Patients and methods

Study group

A detailed study protocol was described in previous publications.11,12 The study involved 28 participants with marked overweight or obesity (O/O) (body mass index [BMI] >28 kg/m2; 16 women and 12 men; mean [SD] age, 34.7 [7.4] years). As a control group, we enlisted 11 participants with normal-weight (NW) (BMI <⁠25 kg/m2; 4 women and 7 men; mean [SD] age, 22.5 [1.4] years). All recruited individuals were nonsmokers, free of CVD, dyslipidemia, glucose intolerance / diabetes, hormonal dysfunction, hypertension, liver or renal failure, morbid obesity, neoplasms, or other serious conditions. The study participants did not use any blood pressure, glucose, hormone, or lipid-lowering medications. Patients were ineligible if they displayed clinical and / or laboratory indicators of inflammation or had been using anti-inflammatory medications within the past 3 months. The participants received clinical examination and relevant laboratory tests. Their body weight remained stable for at least 3 months prior to the study. In order to confirm that all participants had normal glucose tolerance, an oral glucose tolerance test was administered. Prior to the procedures, the participants underwent a 12-hour overnight fast. The Ethics Committee of the Medical University of Białystok approved the study protocol (R-I-002/28/2011), and all study participants provided their written informed consent.

Study protocol

The O/O participants embarked on a 12-week DI program, which involved an individually tailored low-calorie diet (20 kcal/kg of ideal body weight, which was evaluated according to the Broca formula). The diet consisted of the following energy sources: 15%–20% protein, 25% fat, and 55%–60% carbohydrates. For each 2-week period, the participants were provided with instructions for a low-calorie diet along with a detailed daily menu. Qualified dieticians verified adherence to the diet and changes in body weight every 2 weeks. All analyses mentioned below were conducted both before and after the DI. The NW controls were assessed solely at baseline. The initial group consisted of 38 O/O and 20 NW individuals, but due to insufficient amount of available tissue, the expression of NLRP12, NLRC3, and NLRX1 was only measured in 28 O/O and 11 NW individuals.

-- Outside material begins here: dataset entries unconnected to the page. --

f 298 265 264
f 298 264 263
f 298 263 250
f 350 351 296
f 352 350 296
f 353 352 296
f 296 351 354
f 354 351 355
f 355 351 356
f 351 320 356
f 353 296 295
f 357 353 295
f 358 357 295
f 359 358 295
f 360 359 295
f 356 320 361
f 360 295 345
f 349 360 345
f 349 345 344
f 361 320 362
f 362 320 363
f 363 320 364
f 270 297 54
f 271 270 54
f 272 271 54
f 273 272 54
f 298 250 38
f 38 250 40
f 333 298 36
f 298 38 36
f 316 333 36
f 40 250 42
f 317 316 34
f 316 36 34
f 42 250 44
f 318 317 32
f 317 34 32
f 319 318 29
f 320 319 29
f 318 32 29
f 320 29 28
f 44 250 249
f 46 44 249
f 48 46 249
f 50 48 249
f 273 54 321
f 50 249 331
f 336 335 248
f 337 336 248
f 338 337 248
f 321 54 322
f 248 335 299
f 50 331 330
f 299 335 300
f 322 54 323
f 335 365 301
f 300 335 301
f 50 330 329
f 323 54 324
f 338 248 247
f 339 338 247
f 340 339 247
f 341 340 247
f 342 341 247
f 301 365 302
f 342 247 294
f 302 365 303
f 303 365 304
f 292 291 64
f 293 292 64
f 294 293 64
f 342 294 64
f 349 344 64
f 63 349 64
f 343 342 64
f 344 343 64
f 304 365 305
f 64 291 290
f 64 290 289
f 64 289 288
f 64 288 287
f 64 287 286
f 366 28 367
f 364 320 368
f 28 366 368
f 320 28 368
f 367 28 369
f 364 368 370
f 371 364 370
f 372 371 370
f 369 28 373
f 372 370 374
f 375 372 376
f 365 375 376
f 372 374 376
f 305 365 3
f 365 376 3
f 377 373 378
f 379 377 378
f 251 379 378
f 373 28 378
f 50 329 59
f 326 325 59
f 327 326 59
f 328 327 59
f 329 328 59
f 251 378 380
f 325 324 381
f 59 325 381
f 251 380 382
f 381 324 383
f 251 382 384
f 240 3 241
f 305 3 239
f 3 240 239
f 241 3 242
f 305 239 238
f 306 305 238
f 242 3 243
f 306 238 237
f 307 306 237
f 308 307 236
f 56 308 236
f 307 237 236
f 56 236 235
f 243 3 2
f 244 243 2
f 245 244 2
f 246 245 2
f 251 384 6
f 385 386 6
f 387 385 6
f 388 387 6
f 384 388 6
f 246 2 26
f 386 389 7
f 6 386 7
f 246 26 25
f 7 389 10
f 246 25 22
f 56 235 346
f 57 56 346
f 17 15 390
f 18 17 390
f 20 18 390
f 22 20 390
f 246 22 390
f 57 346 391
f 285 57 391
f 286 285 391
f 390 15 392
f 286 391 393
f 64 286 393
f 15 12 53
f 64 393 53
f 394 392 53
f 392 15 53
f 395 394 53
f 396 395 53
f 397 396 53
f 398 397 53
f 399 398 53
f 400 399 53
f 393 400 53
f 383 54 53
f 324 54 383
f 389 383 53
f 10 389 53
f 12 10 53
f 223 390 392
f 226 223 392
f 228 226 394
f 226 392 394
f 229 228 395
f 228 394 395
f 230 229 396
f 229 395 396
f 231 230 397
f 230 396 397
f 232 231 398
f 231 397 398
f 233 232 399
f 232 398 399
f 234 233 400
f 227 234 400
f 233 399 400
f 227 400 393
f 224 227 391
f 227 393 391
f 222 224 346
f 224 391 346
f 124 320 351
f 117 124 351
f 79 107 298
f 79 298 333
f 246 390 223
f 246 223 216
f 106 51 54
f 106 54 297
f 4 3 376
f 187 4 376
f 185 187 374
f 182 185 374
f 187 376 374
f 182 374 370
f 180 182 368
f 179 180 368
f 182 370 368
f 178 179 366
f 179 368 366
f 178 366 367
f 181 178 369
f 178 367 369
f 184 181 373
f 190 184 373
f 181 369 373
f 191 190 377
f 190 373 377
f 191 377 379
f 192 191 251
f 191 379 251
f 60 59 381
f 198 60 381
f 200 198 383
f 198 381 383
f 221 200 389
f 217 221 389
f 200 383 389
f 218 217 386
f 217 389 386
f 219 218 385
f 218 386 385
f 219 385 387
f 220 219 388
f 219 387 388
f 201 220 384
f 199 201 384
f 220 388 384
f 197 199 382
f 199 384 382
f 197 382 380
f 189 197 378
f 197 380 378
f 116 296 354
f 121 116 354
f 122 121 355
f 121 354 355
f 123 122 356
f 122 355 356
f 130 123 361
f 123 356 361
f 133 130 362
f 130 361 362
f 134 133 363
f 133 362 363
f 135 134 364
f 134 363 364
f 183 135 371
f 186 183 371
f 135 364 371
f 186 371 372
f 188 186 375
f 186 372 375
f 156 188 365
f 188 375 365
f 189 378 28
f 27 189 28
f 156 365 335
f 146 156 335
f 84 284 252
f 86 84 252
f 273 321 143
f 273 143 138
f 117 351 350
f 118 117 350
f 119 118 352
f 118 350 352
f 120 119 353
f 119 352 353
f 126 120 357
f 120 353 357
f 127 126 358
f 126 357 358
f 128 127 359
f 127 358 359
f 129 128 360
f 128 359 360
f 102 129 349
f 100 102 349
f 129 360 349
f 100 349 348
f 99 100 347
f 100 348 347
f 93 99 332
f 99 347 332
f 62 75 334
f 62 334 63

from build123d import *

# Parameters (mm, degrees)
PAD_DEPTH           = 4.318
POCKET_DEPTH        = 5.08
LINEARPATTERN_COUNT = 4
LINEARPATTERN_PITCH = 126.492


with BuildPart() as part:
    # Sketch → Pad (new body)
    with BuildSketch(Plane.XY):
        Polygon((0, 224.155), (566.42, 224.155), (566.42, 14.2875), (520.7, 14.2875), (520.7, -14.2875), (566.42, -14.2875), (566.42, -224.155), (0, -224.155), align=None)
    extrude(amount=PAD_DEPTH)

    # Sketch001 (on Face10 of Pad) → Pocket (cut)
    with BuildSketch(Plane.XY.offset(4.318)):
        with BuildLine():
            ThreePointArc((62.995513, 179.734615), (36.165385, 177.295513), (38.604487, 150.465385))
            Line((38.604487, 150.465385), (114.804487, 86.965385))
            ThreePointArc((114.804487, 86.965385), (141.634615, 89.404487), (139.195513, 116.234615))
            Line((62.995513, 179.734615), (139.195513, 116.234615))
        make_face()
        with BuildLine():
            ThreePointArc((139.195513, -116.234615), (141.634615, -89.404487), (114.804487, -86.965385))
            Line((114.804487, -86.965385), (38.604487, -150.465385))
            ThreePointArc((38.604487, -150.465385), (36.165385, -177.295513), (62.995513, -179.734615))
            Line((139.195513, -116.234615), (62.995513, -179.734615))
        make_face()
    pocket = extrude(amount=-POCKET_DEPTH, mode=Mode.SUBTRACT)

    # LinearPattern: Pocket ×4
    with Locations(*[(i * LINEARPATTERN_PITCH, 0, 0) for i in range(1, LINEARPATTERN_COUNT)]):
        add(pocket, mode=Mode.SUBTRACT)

Insulin sensitivity measurement

The measurement of insulin sensitivity was performed using the 2-hour hyperinsulinemic-euglycemic clamp. The M value, representing the rate of whole-body glucose uptake, was evaluated as the mean glucose infusion rate during the final 40 minutes of the clamp, adjusted for the glucose space and subsequently divided by fat-free mass (ffm).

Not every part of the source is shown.